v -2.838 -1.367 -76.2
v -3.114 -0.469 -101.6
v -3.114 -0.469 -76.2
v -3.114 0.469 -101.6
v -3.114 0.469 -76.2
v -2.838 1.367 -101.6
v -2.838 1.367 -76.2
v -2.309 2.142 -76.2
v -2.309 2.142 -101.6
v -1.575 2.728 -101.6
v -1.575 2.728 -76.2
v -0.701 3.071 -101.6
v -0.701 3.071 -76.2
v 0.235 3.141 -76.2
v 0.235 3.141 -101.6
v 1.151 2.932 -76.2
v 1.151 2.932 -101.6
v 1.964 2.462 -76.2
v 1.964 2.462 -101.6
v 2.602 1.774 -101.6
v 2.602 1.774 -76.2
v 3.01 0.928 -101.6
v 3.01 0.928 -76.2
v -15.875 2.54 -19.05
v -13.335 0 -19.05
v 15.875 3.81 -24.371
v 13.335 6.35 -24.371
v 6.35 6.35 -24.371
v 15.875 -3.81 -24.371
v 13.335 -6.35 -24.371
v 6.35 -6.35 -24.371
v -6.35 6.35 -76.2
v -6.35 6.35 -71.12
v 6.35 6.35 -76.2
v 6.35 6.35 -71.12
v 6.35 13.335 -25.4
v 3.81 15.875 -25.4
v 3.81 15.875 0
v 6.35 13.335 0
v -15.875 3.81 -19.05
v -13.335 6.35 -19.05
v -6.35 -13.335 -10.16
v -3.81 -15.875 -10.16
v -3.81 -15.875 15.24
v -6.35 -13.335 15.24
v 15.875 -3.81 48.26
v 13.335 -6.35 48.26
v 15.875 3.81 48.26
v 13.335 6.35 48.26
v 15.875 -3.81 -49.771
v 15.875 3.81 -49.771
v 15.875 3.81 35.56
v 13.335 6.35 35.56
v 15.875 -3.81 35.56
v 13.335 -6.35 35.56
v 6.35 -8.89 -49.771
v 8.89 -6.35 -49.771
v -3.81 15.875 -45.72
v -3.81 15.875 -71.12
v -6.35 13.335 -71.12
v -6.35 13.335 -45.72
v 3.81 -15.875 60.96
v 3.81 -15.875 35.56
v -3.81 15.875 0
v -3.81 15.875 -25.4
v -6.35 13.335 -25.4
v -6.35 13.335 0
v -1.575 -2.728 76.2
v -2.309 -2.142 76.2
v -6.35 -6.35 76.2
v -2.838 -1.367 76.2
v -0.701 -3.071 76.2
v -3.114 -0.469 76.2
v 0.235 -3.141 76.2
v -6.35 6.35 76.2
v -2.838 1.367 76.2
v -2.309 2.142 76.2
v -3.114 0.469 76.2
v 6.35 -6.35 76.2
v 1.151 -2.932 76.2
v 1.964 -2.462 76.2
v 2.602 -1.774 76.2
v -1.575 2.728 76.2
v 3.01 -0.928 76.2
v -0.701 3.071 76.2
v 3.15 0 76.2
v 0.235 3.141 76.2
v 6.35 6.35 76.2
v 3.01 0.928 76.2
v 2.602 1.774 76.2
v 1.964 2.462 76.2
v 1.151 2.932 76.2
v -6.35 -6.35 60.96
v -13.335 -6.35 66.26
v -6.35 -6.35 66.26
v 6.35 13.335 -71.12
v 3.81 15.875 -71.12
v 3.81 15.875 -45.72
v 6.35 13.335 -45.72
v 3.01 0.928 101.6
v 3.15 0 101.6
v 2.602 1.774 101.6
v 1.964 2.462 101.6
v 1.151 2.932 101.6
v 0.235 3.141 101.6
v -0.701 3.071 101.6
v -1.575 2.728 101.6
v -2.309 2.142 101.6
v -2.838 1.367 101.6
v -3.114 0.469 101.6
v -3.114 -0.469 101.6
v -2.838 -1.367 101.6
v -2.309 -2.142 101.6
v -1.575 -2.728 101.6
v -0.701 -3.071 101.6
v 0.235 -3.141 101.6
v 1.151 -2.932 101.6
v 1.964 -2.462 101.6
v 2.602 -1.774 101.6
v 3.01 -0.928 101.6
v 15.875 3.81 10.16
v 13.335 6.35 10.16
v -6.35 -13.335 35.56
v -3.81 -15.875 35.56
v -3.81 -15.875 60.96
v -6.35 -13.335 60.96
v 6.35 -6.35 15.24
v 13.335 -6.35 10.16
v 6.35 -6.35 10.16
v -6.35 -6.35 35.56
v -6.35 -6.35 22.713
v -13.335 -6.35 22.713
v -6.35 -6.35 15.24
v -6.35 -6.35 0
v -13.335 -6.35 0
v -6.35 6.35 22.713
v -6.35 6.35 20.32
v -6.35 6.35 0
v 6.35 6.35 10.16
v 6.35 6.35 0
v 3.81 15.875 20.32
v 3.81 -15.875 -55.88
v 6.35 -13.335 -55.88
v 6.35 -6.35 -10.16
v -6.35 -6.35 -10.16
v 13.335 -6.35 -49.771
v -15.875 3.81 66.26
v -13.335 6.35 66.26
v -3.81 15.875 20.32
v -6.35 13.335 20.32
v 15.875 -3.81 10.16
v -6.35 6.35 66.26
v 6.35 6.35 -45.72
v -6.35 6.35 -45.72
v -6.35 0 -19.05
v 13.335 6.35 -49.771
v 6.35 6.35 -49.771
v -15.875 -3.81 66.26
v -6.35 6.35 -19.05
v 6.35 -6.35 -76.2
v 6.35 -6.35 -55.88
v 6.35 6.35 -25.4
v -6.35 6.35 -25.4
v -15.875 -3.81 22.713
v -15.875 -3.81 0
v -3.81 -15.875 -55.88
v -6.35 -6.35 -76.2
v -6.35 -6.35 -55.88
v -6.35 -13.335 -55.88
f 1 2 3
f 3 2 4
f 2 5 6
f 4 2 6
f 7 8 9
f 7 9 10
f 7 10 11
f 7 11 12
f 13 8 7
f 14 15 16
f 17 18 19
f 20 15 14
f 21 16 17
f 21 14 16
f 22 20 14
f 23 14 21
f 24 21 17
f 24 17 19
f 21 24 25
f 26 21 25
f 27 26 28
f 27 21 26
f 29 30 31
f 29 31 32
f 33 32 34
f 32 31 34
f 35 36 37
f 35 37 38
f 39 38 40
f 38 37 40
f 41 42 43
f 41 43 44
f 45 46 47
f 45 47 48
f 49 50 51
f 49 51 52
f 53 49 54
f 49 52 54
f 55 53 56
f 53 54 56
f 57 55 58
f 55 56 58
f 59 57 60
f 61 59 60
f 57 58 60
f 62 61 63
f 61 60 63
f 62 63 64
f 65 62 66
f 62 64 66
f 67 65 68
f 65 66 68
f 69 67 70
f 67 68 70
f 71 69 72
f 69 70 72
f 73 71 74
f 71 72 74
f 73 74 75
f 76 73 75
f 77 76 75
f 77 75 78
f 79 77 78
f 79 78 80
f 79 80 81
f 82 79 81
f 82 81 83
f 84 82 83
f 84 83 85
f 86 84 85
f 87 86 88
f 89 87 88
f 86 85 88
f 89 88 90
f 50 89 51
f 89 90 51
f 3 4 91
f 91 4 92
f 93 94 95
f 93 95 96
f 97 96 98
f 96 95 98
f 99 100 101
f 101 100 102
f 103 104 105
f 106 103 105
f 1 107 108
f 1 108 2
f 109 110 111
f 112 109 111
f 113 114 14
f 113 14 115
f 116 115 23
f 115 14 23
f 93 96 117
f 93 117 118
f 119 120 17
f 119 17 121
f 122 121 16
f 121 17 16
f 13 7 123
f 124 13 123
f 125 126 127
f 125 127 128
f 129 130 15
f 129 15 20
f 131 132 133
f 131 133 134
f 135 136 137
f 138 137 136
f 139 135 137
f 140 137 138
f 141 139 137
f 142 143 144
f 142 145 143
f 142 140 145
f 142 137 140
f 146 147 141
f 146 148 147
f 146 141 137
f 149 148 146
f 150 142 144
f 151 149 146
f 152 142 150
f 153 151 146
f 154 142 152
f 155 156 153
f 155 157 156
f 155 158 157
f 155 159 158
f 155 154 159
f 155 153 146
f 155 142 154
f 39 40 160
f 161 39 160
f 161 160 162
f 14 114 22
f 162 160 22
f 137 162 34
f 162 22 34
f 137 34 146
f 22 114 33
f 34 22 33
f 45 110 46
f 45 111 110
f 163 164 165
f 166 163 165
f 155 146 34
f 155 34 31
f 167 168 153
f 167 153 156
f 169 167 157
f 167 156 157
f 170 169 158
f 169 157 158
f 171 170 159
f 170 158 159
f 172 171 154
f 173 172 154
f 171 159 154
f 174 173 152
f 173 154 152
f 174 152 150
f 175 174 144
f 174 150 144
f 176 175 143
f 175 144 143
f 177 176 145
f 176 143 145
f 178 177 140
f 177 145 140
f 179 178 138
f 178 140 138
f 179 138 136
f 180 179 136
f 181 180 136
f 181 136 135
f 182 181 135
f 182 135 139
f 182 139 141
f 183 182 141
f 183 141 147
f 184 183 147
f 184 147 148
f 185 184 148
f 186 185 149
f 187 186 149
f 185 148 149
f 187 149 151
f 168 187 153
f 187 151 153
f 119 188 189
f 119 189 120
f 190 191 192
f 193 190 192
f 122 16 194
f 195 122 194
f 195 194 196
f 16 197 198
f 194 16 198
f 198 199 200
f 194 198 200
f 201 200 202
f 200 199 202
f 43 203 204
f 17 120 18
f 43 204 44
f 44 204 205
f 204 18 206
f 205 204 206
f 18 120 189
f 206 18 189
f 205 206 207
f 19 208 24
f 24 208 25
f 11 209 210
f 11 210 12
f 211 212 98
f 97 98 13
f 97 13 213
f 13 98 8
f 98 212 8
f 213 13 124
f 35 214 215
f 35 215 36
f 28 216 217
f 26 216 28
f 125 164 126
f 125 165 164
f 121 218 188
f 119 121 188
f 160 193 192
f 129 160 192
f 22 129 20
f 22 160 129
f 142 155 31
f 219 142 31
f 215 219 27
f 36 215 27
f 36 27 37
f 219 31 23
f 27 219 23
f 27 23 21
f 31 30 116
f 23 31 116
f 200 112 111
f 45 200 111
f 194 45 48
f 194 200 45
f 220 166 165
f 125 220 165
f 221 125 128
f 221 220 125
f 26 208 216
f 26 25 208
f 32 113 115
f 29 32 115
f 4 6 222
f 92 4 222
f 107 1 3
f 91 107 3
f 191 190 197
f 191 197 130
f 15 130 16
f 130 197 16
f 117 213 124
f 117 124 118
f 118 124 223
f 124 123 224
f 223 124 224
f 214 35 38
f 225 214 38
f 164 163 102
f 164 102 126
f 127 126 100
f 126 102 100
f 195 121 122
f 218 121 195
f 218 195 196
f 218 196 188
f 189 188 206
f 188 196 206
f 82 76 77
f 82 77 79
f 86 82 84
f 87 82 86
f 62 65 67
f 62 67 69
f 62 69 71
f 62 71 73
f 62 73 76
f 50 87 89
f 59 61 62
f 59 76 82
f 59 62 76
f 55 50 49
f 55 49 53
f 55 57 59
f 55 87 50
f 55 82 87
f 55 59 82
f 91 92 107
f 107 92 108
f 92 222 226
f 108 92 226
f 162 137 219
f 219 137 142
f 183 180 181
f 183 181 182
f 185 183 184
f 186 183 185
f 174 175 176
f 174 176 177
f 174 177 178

_WORK TO COMPLETE:_
Each line in the entries above, starting at the line with "f 125 164 126" and ending at the line with "f 225 214 38", is to be printed exactly, and only those lines.

_RESPONSE TO THIS TASK:_
f 125 164 126
f 125 165 164
f 121 218 188
f 119 121 188
f 160 193 192
f 129 160 192
f 22 129 20
f 22 160 129
f 142 155 31
f 219 142 31
f 215 219 27
f 36 215 27
f 36 27 37
f 219 31 23
f 27 219 23
f 27 23 21
f 31 30 116
f 23 31 116
f 200 112 111
f 45 200 111
f 194 45 48
f 194 200 45
f 220 166 165
f 125 220 165
f 221 125 128
f 221 220 125
f 26 208 216
f 26 25 208
f 32 113 115
f 29 32 115
f 4 6 222
f 92 4 222
f 107 1 3
f 91 107 3
f 191 190 197
f 191 197 130
f 15 130 16
f 130 197 16
f 117 213 124
f 117 124 118
f 118 124 223
f 124 123 224
f 223 124 224
f 214 35 38
f 225 214 38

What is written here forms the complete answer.